-------- Data for review

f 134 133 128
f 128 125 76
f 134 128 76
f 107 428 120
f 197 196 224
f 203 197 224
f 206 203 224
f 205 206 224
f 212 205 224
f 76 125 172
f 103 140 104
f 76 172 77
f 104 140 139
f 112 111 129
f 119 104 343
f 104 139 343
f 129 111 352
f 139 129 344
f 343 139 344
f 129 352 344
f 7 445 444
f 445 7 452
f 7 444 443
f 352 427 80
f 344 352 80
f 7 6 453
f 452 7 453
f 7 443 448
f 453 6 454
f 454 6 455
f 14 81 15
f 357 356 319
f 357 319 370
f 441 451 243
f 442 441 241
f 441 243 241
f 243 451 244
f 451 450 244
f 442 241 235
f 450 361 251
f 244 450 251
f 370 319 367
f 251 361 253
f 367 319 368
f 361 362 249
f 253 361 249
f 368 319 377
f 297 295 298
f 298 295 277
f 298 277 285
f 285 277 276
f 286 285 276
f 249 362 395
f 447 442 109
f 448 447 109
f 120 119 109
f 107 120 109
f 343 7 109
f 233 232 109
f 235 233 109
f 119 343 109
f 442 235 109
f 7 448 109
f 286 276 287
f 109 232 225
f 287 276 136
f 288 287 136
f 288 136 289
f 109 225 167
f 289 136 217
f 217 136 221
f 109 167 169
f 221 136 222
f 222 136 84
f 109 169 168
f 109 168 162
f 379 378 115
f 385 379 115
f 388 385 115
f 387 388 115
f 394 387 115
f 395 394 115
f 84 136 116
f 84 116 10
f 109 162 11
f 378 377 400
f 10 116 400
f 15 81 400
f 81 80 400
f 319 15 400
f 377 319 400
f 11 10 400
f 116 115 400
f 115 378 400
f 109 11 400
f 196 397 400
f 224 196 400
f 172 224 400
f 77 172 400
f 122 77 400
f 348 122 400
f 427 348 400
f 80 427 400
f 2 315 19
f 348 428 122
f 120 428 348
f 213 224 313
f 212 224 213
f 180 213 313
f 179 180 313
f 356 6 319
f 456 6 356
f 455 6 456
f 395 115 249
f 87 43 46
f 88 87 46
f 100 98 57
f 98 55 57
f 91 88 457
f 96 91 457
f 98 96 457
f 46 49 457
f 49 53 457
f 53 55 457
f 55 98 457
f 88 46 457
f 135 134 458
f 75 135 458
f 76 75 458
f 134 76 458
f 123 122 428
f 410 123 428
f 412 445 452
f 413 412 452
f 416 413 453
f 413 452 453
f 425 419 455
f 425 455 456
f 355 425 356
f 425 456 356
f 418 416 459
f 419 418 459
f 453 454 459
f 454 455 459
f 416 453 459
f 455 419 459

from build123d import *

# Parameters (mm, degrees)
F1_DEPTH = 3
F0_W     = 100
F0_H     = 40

----------------

▸ **Prompt**
All of the data above should be set down again exactly.

▸ **Expected answer**
f 134 133 128
f 128 125 76
f 134 128 76
f 107 428 120
f 197 196 224
f 203 197 224
f 206 203 224
f 205 206 224
f 212 205 224
f 76 125 172
f 103 140 104
f 76 172 77
f 104 140 139
f 112 111 129
f 119 104 343
f 104 139 343
f 129 111 352
f 139 129 344
f 343 139 344
f 129 352 344
f 7 445 444
f 445 7 452
f 7 444 443
f 352 427 80
f 344 352 80
f 7 6 453
f 452 7 453
f 7 443 448
f 453 6 454
f 454 6 455
f 14 81 15
f 357 356 319
f 357 319 370
f 441 451 243
f 442 441 241
f 441 243 241
f 243 451 244
f 451 450 244
f 442 241 235
f 450 361 251
f 244 450 251
f 370 319 367
f 251 361 253
f 367 319 368
f 361 362 249
f 253 361 249
f 368 319 377
f 297 295 298
f 298 295 277
f 298 277 285
f 285 277 276
f 286 285 276
f 249 362 395
f 447 442 109
f 448 447 109
f 120 119 109
f 107 120 109
f 343 7 109
f 233 232 109
f 235 233 109
f 119 343 109
f 442 235 109
f 7 448 109
f 286 276 287
f 109 232 225
f 287 276 136
f 288 287 136
f 288 136 289
f 109 225 167
f 289 136 217
f 217 136 221
f 109 167 169
f 221 136 222
f 222 136 84
f 109 169 168
f 109 168 162
f 379 378 115
f 385 379 115
f 388 385 115
f 387 388 115
f 394 387 115
f 395 394 115
f 84 136 116
f 84 116 10
f 109 162 11
f 378 377 400
f 10 116 400
f 15 81 400
f 81 80 400
f 319 15 400
f 377 319 400
f 11 10 400
f 116 115 400
f 115 378 400
f 109 11 400
f 196 397 400
f 224 196 400
f 172 224 400
f 77 172 400
f 122 77 400
f 348 122 400
f 427 348 400
f 80 427 400
f 2 315 19
f 348 428 122
f 120 428 348
f 213 224 313
f 212 224 213
f 180 213 313
f 179 180 313
f 356 6 319
f 456 6 356
f 455 6 456
f 395 115 249
f 87 43 46
f 88 87 46
f 100 98 57
f 98 55 57
f 91 88 457
f 96 91 457
f 98 96 457
f 46 49 457
f 49 53 457
f 53 55 457
f 55 98 457
f 88 46 457
f 135 134 458
f 75 135 458
f 76 75 458
f 134 76 458
f 123 122 428
f 410 123 428
f 412 445 452
f 413 412 452
f 416 413 453
f 413 452 453
f 425 419 455
f 425 455 456
f 355 425 356
f 425 456 356
f 418 416 459
f 419 418 459
f 453 454 459
f 454 455 459
f 416 453 459
f 455 419 459

from build123d import *

# Parameters (mm, degrees)
F1_DEPTH = 3
F0_W     = 100
F0_H     = 40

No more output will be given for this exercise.